Trying to come up with an apt headline for your LinkedIn profile can make you feel like Alice in Wonderland being asked by the stern Caterpillar to explain herself. “‘I can’t explain myself, I’m afraid, sir’ said Alice, ‘because I’m not myself, you see’ […] I hardly know, sir, just at present – at least I know who I was when I got up this morning, but I think I must have been changed several times since then.’”

The purpose of all this is not to give you an existential crisis, but rather to set you thinking – as I have been thinking – about the importance of self-definition, to both your personal and professional lives.

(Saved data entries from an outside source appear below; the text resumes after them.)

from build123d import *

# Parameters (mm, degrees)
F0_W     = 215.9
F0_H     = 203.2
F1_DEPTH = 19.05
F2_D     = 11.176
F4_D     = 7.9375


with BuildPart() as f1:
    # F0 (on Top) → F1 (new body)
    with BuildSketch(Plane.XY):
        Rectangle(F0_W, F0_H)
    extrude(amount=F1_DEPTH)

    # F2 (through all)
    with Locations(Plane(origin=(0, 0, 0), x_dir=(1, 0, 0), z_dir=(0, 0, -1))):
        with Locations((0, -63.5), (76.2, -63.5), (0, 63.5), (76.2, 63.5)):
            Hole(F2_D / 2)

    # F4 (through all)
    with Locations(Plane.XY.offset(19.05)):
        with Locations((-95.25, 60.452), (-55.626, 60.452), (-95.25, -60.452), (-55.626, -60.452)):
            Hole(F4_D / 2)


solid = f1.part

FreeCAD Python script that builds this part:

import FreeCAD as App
import Part
import Sketcher
Q = App.Units.Quantity


def add_polygon(sketch, points):
    """Adds a closed chain of lines whose ends are joined by coincident constraints."""
    first, n = sketch.GeometryCount, len(points)
    for a, b in zip(points, points[1:] + points[:1]):
        sketch.addGeometry(Part.LineSegment(App.Vector(*a, 0), App.Vector(*b, 0)), False)
    for i in range(n):
        sketch.addConstraint(Sketcher.Constraint("Coincident", first + i, 2, first + (i + 1) % n, 1))

doc = App.newDocument("Part")
params = doc.addObject("Spreadsheet::Sheet", "Params")
for row, (alias, value) in enumerate([
    ("sketch1_height", "8 in"),
    ("sketch1_width", "8.5 in"),
    ("pad1_length", "0.75 in"),
    ("sketch2_diameter", "0.44 in"),
    ("hole_diameter", "0.44 in"),
    ("sketch3_diameter", "0.3125 in"),
    ("hole2_diameter", "0.3125 in"),
], start=1):
    params.set(f"A{row}", alias)
    params.set(f"B{row}", "=" + value)
    params.setAlias(f"B{row}", alias)

body = doc.addObject("PartDesign::Body", "Body")

# Sketch on XY plane
sketch1 = doc.addObject("Sketcher::SketchObject", "Sketch")
body.addObject(sketch1)
sketch1.AttachmentSupport = (doc.XY_Plane, [""])
sketch1.MapMode = "FlatFace"
add_polygon(sketch1, [(-107.95, 101.6), (-107.95, -101.6), (107.95, -101.6), (107.95, 101.6)])  # lines 0-3
sketch1.addConstraint([
    Sketcher.Constraint("Vertical", 0),
    Sketcher.Constraint("Horizontal", 1),
    Sketcher.Constraint("Vertical", 2),
    Sketcher.Constraint("Horizontal", 3),
    Sketcher.Constraint("Symmetric", 0, 2, 2, 2, -1, 1),
    Sketcher.Constraint("DistanceY", 0, 2, 0, 1, Q("8 in")),
    Sketcher.Constraint("DistanceX", 1, 1, 1, 2, Q("8.5 in")),
])
sketch1.setExpression("Constraints[9]", "Params.sketch1_height")
sketch1.setExpression("Constraints[10]", "Params.sketch1_width")
pad1 = doc.addObject("PartDesign::Pad", "Pad")
body.addObject(pad1)
pad1.Profile = sketch1
pad1.setExpression("Length", "Params.pad1_length")

# Sketch on XY plane
sketch2 = doc.addObject("Sketcher::SketchObject", "Sketch001")
body.addObject(sketch2)
sketch2.AttachmentSupport = (doc.XY_Plane, [""])
sketch2.MapMode = "FlatFace"
sketch2.addGeometry([
    Part.Circle(App.Vector(0, 63.5, 0), App.Vector(0, 0, 1), 5.588),
    Part.Circle(App.Vector(76.2, 63.5, 0), App.Vector(0, 0, 1), 5.588),
    Part.Circle(App.Vector(0, -63.5, 0), App.Vector(0, 0, 1), 5.588),
    Part.Circle(App.Vector(76.2, -63.5, 0), App.Vector(0, 0, 1), 5.588),
], False)
sketch2.addConstraint([
    Sketcher.Constraint("Equal", 0, 1),
    Sketcher.Constraint("Equal", 1, 2),
    Sketcher.Constraint("Equal", 2, 3),
    Sketcher.Constraint("Symmetric", 0, 3, 2, 3, -1, 1),
    Sketcher.Constraint("Symmetric", 1, 3, 3, 3, -1),
    Sketcher.Constraint("PointOnObject", 0, 3, -2),
    Sketcher.Constraint("Horizontal", 0, 3, 1, 3),
    Sketcher.Constraint("Diameter", 0, Q("0.44 in")),
    Sketcher.Constraint("DistanceX", -1, 1, 1, 3, Q("3 in")),
    Sketcher.Constraint("DistanceY", 2, 3, 0, 3, Q("5 in")),
])
sketch2.setExpression("Constraints[7]", "Params.sketch2_diameter")
doc.recompute()
hole = doc.addObject("PartDesign::Hole", "Hole")
body.addObject(hole)
hole.Profile = sketch2
hole.ThreadType = "None"
hole.setExpression("Diameter", "Params.hole_diameter")
hole.DepthType = "ThroughAll"
hole.Reversed = True

# Sketch on XY plane
sketch3 = doc.addObject("Sketcher::SketchObject", "Sketch002")
body.addObject(sketch3)
sketch3.AttachmentSupport = (doc.XY_Plane, [""])
sketch3.MapMode = "FlatFace"
sketch3.AttachmentOffset = App.Placement(App.Vector(0, 0, 0.75 * 25.4), App.Rotation())
sketch3.addGeometry([
    Part.Circle(App.Vector(-95.25, 60.452, 0), App.Vector(0, 0, 1), 3.96875),
    Part.Circle(App.Vector(-55.626, 60.452, 0), App.Vector(0, 0, 1), 3.96875),
    Part.Circle(App.Vector(-95.25, -60.452, 0), App.Vector(0, 0, 1), 3.96875),
    Part.Circle(App.Vector(-55.626, -60.452, 0), App.Vector(0, 0, 1), 3.96875),
], False)
sketch3.addConstraint([
    Sketcher.Constraint("Equal", 0, 1),
    Sketcher.Constraint("Equal", 1, 2),
    Sketcher.Constraint("Equal", 2, 3),
    Sketcher.Constraint("Symmetric", 0, 3, 2, 3, -1),
    Sketcher.Constraint("Symmetric", 1, 3, 3, 3, -1),
    Sketcher.Constraint("Horizontal", 0, 3, 1, 3),
    Sketcher.Constraint("Diameter", 0, Q("0.3125 in")),
    Sketcher.Constraint("DistanceX", 0, 3, -1, 1, Q("3.75 in")),
    Sketcher.Constraint("DistanceY", -1, 1, 0, 3, Q("2.38 in")),
    Sketcher.Constraint("DistanceX", 1, 3, -1, 1, Q("2.19 in")),
])
sketch3.setExpression("Constraints[6]", "Params.sketch3_diameter")
doc.recompute()
hole2 = doc.addObject("PartDesign::Hole", "Hole001")
body.addObject(hole2)
hole2.Profile = sketch3
hole2.ThreadType = "None"
hole2.setExpression("Diameter", "Params.hole2_diameter")
hole2.DepthType = "ThroughAll"

doc.recompute()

A study-abroad semester or year of the type you are engaged on now can be a perfect opportunity to find out and to articulate some fundamental things about yourself, your skills and interests and talents. A year away from home in a foreign country forces you to be self-reliant and so discover how well equipped you really are to take care of yourself and others; it may also give you the distance from your homes and families required for gaining valuable perspective, or even just the space and leisure to think. Not everyone’s response to a year abroad is the same, but we can be certain that everyone will find themselves affected or changed by the experience in some way.

So whatever this year abroad in Ireland may bring you, try and take it as an opportunity for personal growth and self-definition. See if, unlike Alice, you can come a little bit closer to explaining yourself by the time you get off the plane on US soil again at the end of the term … Or failing that grand existential aim, perhaps you can at least get a decent tag line for your LinkedIn profile out of it!